Io credo che gli Italiani tutto questo lo sappiano, ma che le loro coscienze non ne siano granché smosse. Del tutto legittimamente, anche i più sensibili tra loro hanno priorità diverse. Non ci si può fare nulla. Gli altri di amnistia non vogliono proprio sentir parlare, molti di loro preferirebbero anzi il cappio, il ceppo del boia, la sedia elettrica. Credo siano la maggioranza, silenziosa in tempi di vacche grasse, rumorosa in tempi di crisi. Sono quelli che qualche tempo fa ti sputazzavano, accusando i radicali di aver “salvato un camorrista” dopo l’astensione su Cosentino. Non conoscevano i fatti. O non avevano fatto il minimo sforzo per conoscerli. In ogni caso, avevano bisogno del loro capro espiatorio. Credi nella possibilità pedagogica della non-violenza, ma nemmeno tu credi sia sempre possibile smuovere quella maggioranza.

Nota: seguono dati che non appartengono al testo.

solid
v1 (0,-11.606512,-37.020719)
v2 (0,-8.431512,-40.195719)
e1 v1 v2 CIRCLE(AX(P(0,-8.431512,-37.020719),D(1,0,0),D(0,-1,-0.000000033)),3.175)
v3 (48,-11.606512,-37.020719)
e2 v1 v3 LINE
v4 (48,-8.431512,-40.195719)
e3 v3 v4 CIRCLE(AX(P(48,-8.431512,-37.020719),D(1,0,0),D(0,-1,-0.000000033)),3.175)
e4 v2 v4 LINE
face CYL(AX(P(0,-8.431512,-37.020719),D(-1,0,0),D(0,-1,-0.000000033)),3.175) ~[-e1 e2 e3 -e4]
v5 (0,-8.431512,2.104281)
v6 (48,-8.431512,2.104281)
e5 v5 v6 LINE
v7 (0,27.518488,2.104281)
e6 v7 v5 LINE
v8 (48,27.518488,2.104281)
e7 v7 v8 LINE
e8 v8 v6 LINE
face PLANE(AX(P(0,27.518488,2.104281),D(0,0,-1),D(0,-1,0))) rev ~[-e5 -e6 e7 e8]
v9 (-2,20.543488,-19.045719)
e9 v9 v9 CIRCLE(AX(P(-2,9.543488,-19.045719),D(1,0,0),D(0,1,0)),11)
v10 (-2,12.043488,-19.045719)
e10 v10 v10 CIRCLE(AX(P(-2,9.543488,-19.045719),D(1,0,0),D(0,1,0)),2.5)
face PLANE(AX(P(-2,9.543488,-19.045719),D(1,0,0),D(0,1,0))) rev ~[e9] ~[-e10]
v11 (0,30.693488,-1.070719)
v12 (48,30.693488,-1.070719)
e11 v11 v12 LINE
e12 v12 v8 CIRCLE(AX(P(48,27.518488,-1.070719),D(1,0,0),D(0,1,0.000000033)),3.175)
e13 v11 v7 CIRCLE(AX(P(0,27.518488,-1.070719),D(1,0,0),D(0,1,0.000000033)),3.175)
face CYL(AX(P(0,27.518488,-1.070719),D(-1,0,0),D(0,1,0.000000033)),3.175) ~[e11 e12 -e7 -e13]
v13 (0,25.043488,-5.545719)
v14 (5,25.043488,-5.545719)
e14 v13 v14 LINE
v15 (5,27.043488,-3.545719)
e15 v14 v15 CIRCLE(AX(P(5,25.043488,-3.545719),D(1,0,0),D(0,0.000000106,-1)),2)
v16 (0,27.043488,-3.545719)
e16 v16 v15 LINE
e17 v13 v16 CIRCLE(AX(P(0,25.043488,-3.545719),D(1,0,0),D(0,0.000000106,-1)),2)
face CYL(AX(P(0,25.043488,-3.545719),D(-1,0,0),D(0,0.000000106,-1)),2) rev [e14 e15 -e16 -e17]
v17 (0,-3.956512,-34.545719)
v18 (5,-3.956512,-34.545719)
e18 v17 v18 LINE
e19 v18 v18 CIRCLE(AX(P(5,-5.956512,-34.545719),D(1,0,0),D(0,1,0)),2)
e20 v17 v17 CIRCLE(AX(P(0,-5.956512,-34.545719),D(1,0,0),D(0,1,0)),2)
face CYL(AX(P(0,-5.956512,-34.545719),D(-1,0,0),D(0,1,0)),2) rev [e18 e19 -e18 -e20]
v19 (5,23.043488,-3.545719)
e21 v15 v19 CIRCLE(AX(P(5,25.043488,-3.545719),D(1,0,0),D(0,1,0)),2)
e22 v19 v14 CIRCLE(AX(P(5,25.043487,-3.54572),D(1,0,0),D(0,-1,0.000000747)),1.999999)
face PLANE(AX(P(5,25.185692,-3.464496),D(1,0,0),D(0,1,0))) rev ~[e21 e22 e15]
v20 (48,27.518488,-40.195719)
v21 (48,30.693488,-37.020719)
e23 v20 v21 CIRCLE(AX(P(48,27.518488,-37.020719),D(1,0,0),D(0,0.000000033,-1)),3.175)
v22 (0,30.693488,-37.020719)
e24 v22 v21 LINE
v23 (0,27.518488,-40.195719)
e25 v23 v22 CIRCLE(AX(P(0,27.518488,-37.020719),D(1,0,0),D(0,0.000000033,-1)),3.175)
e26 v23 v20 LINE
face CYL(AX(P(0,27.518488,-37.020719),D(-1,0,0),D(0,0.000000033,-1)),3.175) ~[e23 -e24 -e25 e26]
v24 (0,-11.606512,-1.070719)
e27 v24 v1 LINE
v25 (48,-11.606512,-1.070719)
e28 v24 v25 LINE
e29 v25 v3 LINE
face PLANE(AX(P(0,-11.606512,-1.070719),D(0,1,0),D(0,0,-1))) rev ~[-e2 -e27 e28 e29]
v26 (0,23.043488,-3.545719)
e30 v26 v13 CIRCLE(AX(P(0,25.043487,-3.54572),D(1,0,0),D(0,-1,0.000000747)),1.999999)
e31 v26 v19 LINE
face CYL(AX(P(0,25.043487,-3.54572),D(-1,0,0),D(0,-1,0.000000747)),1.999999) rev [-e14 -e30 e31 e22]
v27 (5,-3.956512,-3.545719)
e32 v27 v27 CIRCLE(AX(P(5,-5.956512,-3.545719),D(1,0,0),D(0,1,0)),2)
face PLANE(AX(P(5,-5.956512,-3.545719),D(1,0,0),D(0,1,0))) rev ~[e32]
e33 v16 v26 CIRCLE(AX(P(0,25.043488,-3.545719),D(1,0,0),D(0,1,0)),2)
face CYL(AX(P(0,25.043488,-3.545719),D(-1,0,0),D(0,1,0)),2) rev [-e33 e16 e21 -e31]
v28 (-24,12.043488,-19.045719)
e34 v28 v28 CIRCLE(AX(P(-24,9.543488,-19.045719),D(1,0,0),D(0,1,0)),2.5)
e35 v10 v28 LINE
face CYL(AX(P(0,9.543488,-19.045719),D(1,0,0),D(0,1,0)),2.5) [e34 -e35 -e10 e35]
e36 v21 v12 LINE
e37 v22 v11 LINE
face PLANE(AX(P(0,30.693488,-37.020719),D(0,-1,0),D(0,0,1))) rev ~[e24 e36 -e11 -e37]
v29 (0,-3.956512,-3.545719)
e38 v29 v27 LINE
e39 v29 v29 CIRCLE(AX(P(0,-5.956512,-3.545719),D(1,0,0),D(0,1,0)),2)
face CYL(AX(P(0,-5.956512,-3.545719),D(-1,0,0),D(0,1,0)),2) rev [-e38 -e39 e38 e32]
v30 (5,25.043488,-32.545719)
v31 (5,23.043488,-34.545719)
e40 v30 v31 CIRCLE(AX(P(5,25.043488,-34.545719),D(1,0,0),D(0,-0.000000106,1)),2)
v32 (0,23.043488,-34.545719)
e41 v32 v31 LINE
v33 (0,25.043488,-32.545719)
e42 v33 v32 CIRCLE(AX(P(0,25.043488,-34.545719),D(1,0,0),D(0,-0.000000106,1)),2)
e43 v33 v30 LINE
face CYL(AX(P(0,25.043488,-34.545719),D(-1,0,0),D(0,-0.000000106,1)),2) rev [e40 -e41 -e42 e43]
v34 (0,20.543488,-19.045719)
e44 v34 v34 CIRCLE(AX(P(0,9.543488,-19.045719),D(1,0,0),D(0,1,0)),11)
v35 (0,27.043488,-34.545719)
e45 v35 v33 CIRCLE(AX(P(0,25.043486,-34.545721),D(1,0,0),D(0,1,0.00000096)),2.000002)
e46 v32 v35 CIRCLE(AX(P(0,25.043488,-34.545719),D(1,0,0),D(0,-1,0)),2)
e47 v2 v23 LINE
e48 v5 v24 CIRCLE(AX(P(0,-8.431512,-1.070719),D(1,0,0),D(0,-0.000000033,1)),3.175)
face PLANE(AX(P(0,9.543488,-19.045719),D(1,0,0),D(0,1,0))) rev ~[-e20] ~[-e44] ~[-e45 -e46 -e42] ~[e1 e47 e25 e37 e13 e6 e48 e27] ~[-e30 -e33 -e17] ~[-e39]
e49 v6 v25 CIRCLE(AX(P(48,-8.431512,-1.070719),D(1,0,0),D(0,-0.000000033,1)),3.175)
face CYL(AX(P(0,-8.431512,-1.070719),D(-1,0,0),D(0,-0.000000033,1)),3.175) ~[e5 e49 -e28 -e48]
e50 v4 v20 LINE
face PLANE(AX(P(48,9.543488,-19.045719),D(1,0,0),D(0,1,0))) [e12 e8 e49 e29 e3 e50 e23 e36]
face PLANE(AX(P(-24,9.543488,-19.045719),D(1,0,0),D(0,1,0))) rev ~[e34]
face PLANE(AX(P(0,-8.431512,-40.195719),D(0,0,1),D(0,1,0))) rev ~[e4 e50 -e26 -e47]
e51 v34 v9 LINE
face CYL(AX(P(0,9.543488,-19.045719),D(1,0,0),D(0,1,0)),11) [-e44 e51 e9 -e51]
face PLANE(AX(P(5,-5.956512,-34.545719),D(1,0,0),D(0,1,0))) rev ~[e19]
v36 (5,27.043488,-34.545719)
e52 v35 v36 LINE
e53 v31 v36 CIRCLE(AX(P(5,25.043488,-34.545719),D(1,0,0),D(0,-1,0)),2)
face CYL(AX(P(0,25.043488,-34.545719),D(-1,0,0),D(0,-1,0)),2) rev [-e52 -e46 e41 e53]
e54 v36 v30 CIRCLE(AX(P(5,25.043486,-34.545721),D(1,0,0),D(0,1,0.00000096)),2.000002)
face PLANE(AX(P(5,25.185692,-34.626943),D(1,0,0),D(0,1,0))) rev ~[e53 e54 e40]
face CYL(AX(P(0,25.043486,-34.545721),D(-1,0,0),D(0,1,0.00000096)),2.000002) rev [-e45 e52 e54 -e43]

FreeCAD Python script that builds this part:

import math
import FreeCAD as App
import Part
import Sketcher

V = App.Vector
Q = App.Units.Quantity

doc = App.newDocument("Part")
body = doc.addObject("PartDesign::Body", "Body")

sketch1 = doc.addObject("Sketcher::SketchObject", "Sketch")
body.addObject(sketch1)
sketch1.AttachmentSupport = (doc.YZ_Plane, [""])
sketch1.MapMode = "FlatFace"
sketch1.addGeometry([
    Part.LineSegment(V(27.5, 2.1, 0), V(-8.4, 2.1, 0)),
    Part.ArcOfCircle(Part.Circle(V(-8.4, -1.1, 0), V(0, 0, 1), 3.2), math.radians(90), math.radians(180)),
    Part.LineSegment(V(-11.6, -1.1, 0), V(-11.6, -37, 0)),
    Part.ArcOfCircle(Part.Circle(V(-8.4, -37, 0), V(0, 0, 1), 3.2), math.radians(-180), math.radians(-90)),
    Part.LineSegment(V(-8.4, -40.2, 0), V(27.5, -40.2, 0)),
    Part.ArcOfCircle(Part.Circle(V(27.5, -37, 0), V(0, 0, 1), 3.2), math.radians(-90), math.radians(0)),
    Part.LineSegment(V(30.7, -37, 0), V(30.7, -1.1, 0)),
    Part.ArcOfCircle(Part.Circle(V(27.5, -1.1, 0), V(0, 0, 1), 3.2), math.radians(0), math.radians(90)),
], False)
sketch1.addConstraint([
    Sketcher.Constraint("Tangent", 0, 2, 1, 1),
    Sketcher.Constraint("Tangent", 1, 2, 2, 1),
    Sketcher.Constraint("Tangent", 2, 2, 3, 1),
    Sketcher.Constraint("Tangent", 3, 2, 4, 1),
    Sketcher.Constraint("Tangent", 4, 2, 5, 1),
    Sketcher.Constraint("Tangent", 5, 2, 6, 1),
    Sketcher.Constraint("Tangent", 6, 2, 7, 1),
    Sketcher.Constraint("Tangent", 7, 2, 0, 1),
    Sketcher.Constraint("Horizontal", 0),
    Sketcher.Constraint("Vertical", 2),
    Sketcher.Constraint("Horizontal", 4),
    Sketcher.Constraint("Vertical", 6),
    Sketcher.Constraint("Equal", 1, 3),
    Sketcher.Constraint("Equal", 3, 5),
    Sketcher.Constraint("Equal", 5, 7),
    Sketcher.Constraint("Equal", 4, 2),
    Sketcher.Constraint("Radius", 1, Q("3.175 mm")),
    Sketcher.Constraint("DistanceX", 0, 2, 0, 1, Q("35.95 mm")),
    Sketcher.Constraint("DistanceX", 1, 3, -1, 1, Q("8.431512 mm")),
    Sketcher.Constraint("DistanceY", 1, 3, -1, 1, Q("1.070719 mm")),
])
pad1 = doc.addObject("PartDesign::Pad", "Pad")
body.addObject(pad1)
pad1.Profile = sketch1
pad1.Length = 48

sketch2 = doc.addObject("Sketcher::SketchObject", "Sketch001")
body.addObject(sketch2)
sketch2.AttachmentSupport = (doc.YZ_Plane, [""])
sketch2.MapMode = "FlatFace"
sketch2.addGeometry(Part.Circle(V(10, -19, 0), V(0, 0, 1), 11), False)
sketch2.addConstraint([
    Sketcher.Constraint("Diameter", 0, Q("22 mm")),
    Sketcher.Constraint("DistanceY", 0, 3, -1, 1, Q("19.045719 mm")),
    Sketcher.Constraint("DistanceX", -1, 1, 0, 3, Q("9.543488 mm")),
])
pad2 = doc.addObject("PartDesign::Pad", "Pad001")
body.addObject(pad2)
pad2.Profile = sketch2
pad2.Length = 2
pad2.Reversed = True

sketch3 = doc.addObject("Sketcher::SketchObject", "Sketch002")
body.addObject(sketch3)
sketch3.AttachmentSupport = (doc.YZ_Plane, [""])
sketch3.MapMode = "FlatFace"
sketch3.addGeometry(Part.Circle(V(9.5, -19, 0), V(0, 0, 1), 2.5), False)
sketch3.addConstraint([
    Sketcher.Constraint("Diameter", 0, Q("5 mm")),
    Sketcher.Constraint("DistanceY", 0, 3, -1, 1, Q("19.045719 mm")),
    Sketcher.Constraint("DistanceX", -1, 1, 0, 3, Q("9.543488 mm")),
])
pad3 = doc.addObject("PartDesign::Pad", "Pad002")
body.addObject(pad3)
pad3.Profile = sketch3
pad3.Length = 24
pad3.Reversed = True

sketch4 = doc.addObject("Sketcher::SketchObject", "Sketch003")
body.addObject(sketch4)
sketch4.AttachmentSupport = (doc.YZ_Plane, [""])
sketch4.MapMode = "FlatFace"
sketch4.addGeometry([
    Part.ArcOfCircle(Part.Circle(V(25, -3.5, 0), V(0, 0, 1), 2), math.radians(-90), math.radians(0)),
    Part.ArcOfCircle(Part.Circle(V(25, -3.5, 0), V(0, 0, 1), 2), math.radians(0), math.radians(180)),
    Part.ArcOfCircle(Part.Circle(V(25, -3.5, 0), V(0, 0, 1), 2), math.radians(180), math.radians(270)),
    Part.ArcOfCircle(Part.Circle(V(25, -34.5, 0), V(0, 0, 1), 2), math.radians(0), math.radians(90)),
    Part.ArcOfCircle(Part.Circle(V(25, -34.5, 0), V(0, 0, 1), 2), math.radians(90), math.radians(180)),
    Part.ArcOfCircle(Part.Circle(V(25, -34.5, 0), V(0, 0, 1), 2), math.radians(180), math.radians(360)),
    Part.Circle(V(-6, -34.5, 0), V(0, 0, 1), 2),
    Part.Circle(V(-6, -3.5, 0), V(0, 0, 1), 2),
], False)
sketch4.addConstraint([
    Sketcher.Constraint("Tangent", 0, 2, 1, 1),
    Sketcher.Constraint("Tangent", 1, 2, 2, 1),
    Sketcher.Constraint("Tangent", 2, 2, 0, 1),
    Sketcher.Constraint("Tangent", 3, 2, 4, 1),
    Sketcher.Constraint("Tangent", 4, 2, 5, 1),
    Sketcher.Constraint("Tangent", 5, 2, 3, 1),
    Sketcher.Constraint("Equal", 1, 3),
    Sketcher.Constraint("Equal", 5, 6),
    Sketcher.Constraint("Equal", 6, 7),
    Sketcher.Constraint("Horizontal", 5, 3, 6, 3),
    Sketcher.Constraint("Horizontal", 2, 3, 7, 3),
    Sketcher.Constraint("Horizontal", 7, 3, 0, 2),
    Sketcher.Constraint("Horizontal", 0, 2, 1, 2),
    Sketcher.Constraint("Horizontal", 6, 3, 4, 2),
    Sketcher.Constraint("Horizontal", 4, 2, 5, 2),
    Sketcher.Constraint("Vertical", 2, 3, 3, 3),
    Sketcher.Constraint("Vertical", 6, 3, 7, 3),
    Sketcher.Constraint("Vertical", 5, 3, 2, 2),
    Sketcher.Constraint("Vertical", 2, 2, 3, 2),
    Sketcher.Constraint("Diameter", 6, Q("4 mm")),
    Sketcher.Constraint("DistanceY", 3, 3, 2, 3, Q("31 mm")),
    Sketcher.Constraint("DistanceX", 6, 3, 3, 3, Q("30.999998 mm")),
    Sketcher.Constraint("DistanceY", 0, 3, -1, 1, Q("3.545719 mm")),
    Sketcher.Constraint("DistanceX", -1, 1, 1, 3, Q("25.043488 mm")),
])
pocket1 = doc.addObject("PartDesign::Pocket", "Pocket")
body.addObject(pocket1)
pocket1.Profile = sketch4
pocket1.Length = 5
pocket1.Reversed = True

doc.recompute()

Per questo cerchi spesso – e spesso trovi – «nomi vitali, come nel 1976, perché quelli urgono», per questo riproponi oggi un «elenco illustre». Anche su questo ci sarebbe molto da riflettere.
Rischi la vita con lo sciopero totale della fame e della sete per chiedere al Presidente della Repubblica – quel «Re Giorgio» cui ingiustamente attribuisci riflessi «tra il controriformistico e lo stalinista» – di sollecitare il voto del Parlamento sull’amnistia, in modo da interrompere quella che hai definito la «diretta riproposizione sociale, morale istituzionale della Shoah» [sic!] che sarebbe data dalla condizione della Giustizia e delle carceri italiane. In questo c’è tutto te stesso. Pannella il liberale, Pannella l’indifendibile provocatore, Pannella il pazzo, Pannella l’istrione, Pannella il Santo. Santo, perché soltanto i santi possono occuparsi dei malfattori, dei ladri, dei tossici, dei reietti di ogni tipo e di tutti i prigionieri innocenti. Santi che a volte diventano martiri. Hai dunque deciso di volerti trasformare in martire? Sicuro di essere più utile alla democrazia da morto, stampato sulle bandiere assieme a Gandhi (uno che è stato ucciso dalla violenza, e mai avrebbe voluto immolarsi in un gesto non-violento – ammesso che il suicidio possa essere definito “gesto nonviolento”). Io sono sicuro di no. Egoisticamente, desideriamo tutti un Marco Pannella in piena salute. Ed egoisticamente, Marco Pannella dovrebbe desiderare di essere in piena salute.

Caro Marco, secondo me essere liberali significa anche non perdere mai il senso della misura, il senso del limite. Fermati finché sei in tempo!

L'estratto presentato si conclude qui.